Characteristics of Pharmacogenetic Tests[31]
Marker Drug Major Conditions Clinical Implications
TYMS 5-Fluorouracil Colorectal, stomach, pancreatic cancer High TYMS may show poor response & less toxicity
DPYD 5-Fluorouracil Colorectal, stomach, pancreatic cancer DPD deficiency associated with higher risk of toxicity
UGT1A1 Irinotecan Colorectal cancer Decreased UGT1A1 activity may increase risk of toxicity
CYP2D6 Tamoxifen Breast cancer Patients with deficient CYP2D6 activity are at greater risks of relapse
EGFR Anti-EGFR therapy Colorectal, lung cancer Activation of EGFR pathways enhances tumor growth, progression, & resistance to therapy
KRAS Anti-EGFR therapy Colorectal, lung cancer KRAS mutation is associated with resistance to anti-EGFR therapy
FCGR3A Rituximab Non-Hodgkin's lymphoma FCRG3A 158Val/Val genotype may be associated with better response
BRCA1/BRCA2 Platinum Breast, ovarian cancer BRCA1/2-mutated cancers are more sensitive to DNA damage.
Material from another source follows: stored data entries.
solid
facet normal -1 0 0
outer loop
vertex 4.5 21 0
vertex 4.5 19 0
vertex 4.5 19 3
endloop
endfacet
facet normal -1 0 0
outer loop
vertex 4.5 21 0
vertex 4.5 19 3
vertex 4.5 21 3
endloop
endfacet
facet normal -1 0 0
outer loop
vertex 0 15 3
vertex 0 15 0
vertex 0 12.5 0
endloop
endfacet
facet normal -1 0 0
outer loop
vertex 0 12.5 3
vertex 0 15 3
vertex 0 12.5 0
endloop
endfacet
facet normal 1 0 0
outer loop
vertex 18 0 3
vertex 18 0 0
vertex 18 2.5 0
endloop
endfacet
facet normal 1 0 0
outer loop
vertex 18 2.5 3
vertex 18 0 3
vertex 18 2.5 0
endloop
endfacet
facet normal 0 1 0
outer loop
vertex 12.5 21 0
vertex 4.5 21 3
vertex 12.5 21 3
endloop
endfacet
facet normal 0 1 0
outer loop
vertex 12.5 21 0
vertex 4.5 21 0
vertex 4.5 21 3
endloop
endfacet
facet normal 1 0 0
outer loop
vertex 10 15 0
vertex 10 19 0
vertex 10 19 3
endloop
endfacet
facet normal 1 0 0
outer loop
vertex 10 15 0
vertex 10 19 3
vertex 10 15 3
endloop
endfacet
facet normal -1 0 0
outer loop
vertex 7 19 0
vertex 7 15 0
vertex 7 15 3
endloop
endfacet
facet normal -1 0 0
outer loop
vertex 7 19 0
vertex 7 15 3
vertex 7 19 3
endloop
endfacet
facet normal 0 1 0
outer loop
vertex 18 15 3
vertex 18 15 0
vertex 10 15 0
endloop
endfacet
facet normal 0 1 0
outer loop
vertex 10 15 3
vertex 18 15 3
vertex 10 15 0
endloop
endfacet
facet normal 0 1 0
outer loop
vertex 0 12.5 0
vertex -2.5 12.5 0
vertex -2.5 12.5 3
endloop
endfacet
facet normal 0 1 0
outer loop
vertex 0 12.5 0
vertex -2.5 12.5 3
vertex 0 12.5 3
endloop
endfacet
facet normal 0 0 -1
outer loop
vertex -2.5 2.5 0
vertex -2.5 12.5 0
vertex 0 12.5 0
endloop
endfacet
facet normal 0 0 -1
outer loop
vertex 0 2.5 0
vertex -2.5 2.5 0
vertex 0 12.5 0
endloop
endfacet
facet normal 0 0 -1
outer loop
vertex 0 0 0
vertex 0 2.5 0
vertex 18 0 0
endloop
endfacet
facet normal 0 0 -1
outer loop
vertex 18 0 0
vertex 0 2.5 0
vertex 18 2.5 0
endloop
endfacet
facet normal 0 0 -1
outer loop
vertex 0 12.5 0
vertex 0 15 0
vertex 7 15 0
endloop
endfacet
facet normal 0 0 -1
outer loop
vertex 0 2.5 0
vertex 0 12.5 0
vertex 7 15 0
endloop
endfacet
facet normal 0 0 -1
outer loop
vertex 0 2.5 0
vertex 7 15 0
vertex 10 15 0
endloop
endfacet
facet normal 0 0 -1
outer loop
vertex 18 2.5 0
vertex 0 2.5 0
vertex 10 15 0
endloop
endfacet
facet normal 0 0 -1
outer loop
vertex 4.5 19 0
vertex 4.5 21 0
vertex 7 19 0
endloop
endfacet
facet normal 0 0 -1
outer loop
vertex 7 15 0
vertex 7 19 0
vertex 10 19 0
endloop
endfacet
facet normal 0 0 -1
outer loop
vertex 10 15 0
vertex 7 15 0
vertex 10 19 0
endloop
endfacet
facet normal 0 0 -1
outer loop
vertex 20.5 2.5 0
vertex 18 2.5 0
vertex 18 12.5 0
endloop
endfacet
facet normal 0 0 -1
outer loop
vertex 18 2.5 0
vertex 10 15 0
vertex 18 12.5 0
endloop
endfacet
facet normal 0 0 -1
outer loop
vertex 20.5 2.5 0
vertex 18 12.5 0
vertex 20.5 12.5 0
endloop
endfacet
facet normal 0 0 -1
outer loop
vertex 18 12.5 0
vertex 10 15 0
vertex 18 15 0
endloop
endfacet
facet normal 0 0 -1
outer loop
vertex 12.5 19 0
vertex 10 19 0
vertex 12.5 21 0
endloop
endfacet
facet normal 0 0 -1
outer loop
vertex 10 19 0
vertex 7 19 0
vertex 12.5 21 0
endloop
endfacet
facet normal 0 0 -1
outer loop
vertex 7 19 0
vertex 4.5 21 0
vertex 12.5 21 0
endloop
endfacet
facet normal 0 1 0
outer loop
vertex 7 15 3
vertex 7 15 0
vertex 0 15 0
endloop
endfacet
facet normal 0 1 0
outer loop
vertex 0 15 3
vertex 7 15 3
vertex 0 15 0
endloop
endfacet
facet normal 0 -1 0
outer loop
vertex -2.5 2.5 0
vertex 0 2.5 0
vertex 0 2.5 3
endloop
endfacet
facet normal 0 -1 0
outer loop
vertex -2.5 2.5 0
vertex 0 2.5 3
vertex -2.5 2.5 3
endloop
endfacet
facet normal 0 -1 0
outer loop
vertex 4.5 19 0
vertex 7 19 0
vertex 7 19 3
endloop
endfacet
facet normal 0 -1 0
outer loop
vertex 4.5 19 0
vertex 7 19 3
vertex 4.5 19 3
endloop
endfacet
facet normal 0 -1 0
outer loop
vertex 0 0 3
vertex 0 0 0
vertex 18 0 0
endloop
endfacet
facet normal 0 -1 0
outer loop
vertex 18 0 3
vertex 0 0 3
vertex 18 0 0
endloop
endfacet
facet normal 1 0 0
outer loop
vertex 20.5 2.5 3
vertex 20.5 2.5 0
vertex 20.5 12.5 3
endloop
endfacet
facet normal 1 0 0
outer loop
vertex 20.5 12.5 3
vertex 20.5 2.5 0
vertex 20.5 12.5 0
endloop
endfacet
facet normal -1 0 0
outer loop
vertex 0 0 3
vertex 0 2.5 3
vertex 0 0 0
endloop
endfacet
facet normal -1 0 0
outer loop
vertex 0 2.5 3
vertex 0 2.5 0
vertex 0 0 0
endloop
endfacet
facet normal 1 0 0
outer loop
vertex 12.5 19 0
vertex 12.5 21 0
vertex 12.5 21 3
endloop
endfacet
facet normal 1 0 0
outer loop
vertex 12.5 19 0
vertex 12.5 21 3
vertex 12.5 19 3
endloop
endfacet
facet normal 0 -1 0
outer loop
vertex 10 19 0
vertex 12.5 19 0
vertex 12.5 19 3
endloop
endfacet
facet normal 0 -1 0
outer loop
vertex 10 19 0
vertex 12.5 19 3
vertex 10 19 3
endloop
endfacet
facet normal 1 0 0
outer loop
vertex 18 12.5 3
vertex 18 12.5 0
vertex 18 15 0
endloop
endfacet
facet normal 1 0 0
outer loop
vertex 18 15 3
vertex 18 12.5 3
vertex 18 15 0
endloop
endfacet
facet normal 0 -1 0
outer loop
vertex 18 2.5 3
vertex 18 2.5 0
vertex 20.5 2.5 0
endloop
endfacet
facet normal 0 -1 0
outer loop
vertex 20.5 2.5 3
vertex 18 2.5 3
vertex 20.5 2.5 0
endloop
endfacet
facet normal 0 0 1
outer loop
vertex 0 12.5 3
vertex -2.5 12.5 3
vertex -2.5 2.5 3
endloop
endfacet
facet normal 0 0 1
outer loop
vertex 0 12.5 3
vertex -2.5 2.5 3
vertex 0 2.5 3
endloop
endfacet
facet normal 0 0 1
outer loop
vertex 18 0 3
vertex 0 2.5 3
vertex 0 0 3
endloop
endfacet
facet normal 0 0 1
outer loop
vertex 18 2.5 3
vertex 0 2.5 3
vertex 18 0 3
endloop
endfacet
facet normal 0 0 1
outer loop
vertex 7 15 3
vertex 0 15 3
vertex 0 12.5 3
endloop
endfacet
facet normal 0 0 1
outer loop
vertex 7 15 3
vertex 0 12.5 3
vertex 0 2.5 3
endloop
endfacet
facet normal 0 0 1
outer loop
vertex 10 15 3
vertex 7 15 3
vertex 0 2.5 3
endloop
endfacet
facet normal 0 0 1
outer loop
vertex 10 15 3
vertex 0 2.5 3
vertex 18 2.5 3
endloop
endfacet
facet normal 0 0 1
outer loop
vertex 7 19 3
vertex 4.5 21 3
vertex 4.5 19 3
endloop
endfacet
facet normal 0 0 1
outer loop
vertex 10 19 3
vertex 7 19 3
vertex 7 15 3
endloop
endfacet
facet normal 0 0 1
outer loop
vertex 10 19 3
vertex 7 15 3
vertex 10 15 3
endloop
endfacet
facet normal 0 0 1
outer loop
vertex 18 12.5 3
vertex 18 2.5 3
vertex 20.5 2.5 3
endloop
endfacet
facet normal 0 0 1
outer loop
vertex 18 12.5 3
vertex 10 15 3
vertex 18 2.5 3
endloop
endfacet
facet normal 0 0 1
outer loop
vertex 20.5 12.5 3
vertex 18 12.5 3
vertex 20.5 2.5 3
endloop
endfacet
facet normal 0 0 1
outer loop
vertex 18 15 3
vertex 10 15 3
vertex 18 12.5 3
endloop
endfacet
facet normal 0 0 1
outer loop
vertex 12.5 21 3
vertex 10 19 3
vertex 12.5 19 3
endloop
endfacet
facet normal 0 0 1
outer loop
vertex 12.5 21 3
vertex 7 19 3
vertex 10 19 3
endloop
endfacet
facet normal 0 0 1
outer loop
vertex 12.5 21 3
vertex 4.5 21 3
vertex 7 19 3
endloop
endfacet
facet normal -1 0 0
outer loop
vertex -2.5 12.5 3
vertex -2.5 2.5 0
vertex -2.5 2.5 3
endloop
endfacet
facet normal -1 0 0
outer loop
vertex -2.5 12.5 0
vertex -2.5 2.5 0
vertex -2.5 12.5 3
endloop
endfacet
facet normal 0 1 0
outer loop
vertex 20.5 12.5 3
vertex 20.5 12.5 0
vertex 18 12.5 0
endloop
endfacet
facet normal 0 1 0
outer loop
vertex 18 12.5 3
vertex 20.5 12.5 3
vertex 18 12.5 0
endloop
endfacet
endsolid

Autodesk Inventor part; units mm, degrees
ref_plane "YZ Plane" through (0, 0, 0) normal (1, 0, 0) x (0, 1, 0)
ref_plane "XZ Plane" through (0, 0, 0) normal (0, 1, 0) x (-1, 0, 0)
ref_plane "XY Plane" through (0, 0, 0) normal (0, 0, 1) x (1, 0, 0)
sketch "Sketch1" plane through (0, 0, 0) normal (0, 0, 1) x (1, 0, 0)
  line L0 (0, 0) -> (18, 0)
  line L1 (18, 0) -> (18, 15)
  line L2 (18, 15) -> (0, 15)
  line L3 (0, 15) -> (0, 0)
  line L4 (20.5, 12.5) -> (18, 12.5)
  line L5 (18, 12.5) -> (18, 2.5)
  line L6 (18, 2.5) -> (20.5, 2.5)
  line L7 (20.5, 2.5) -> (20.5, 12.5)
  line L8 (20.5, 12.5) -> (18, 2.5) construction
  line L9 (18, 12.5) -> (20.5, 2.5) construction
  line L10 (-2.5, 12.5) -> (0, 12.5)
  line L11 (0, 12.5) -> (0, 2.5)
  line L12 (0, 2.5) -> (-2.5, 2.5)
  line L13 (-2.5, 2.5) -> (-2.5, 12.5)
  line L14 (-2.5, 12.5) -> (0, 2.5) construction
  line L15 (0, 12.5) -> (-2.5, 2.5) construction
  line L16 (7, 15) -> (7, 19)
  line L17 (7, 19) -> (4.5, 19)
  line L18 (4.5, 19) -> (4.5, 21)
  line L19 (4.5, 21) -> (12.5, 21)
  line L20 (12.5, 21) -> (12.5, 19)
  line L21 (12.5, 19) -> (10, 19)
  line L22 (10, 19) -> (10, 15)
  point P0 (19.25, 7.5)
  point P1 (-1.25, 7.5)
  point P2 (18, 7.5)
  point P3 (0, 7.5)
  point P4 (0, 12.5)
  dimension "d0" = 18
  dimension "d1" = 15
  dimension "d2" = 2.5
  dimension "d3" = 2.5
  dimension "d4" = 10
  dimension "d5" = 4
  dimension "d6" = 2.5
  dimension "d7" = 2
  dimension "d8" = 8
  dimension "d9" = 2
  dimension "d10" = 2.5
  dimension "d11" = 7
extrude "Extrusion1" add sketch "Sketch1" along normal blind 3
properties part number "Spring_holder"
Secondary intragenic mutations confer acquired resistance

Genetic approaches to overcome drug resistance

MDR proteins are known to be drug-resistance genes, and are highly expressed in various cancers. Inhibition of the MDR genes could result in sensitization of cells to therapeutics and a decrease in antineoplastic resistance. Reversin 121 (R121) is a high-affinity peptide for MDR, and use of R121 as a treatment for pancreatic cancer cells results in increased chemosensitivity and decreased proliferation.[32]

Aberrant NF-κB expression is found in many cancers, and NF-κB has been found to be involved in resistance to platinum-based chemotherapies, such as cisplatin. NF-κB inhibition by genistein in various cancer cell lines (prostate, breast, lung and pancreas) showed increased growth inhibition and an increase in chemosensitivity, seen as an increase in apoptosis induced by therapeutic agents.[33] However, targeting the NF-κB pathway can be difficult, as there can be many off-target and non-specific effects.

Expression of mutated TP53 causes defects in the apoptotic pathway, allowing cancerous cells to avoid death. Re-expression of the wild-type gene in cancer cells in vitro has been shown to inhibit cell proliferation, induce cell cycle arrest and apoptosis.[34]

In ovarian cancer, the ATP7B gene encodes for a copper efflux transporter, found to be upregulated in cisplatin-resistant cell lines and tumors. Development of antisense deoxynucleotides against ATP7B mRNA and treatment of an ovarian cancer cell line shows that inhibition of ATP7B increases sensitivity of the cells to cisplatin.[35]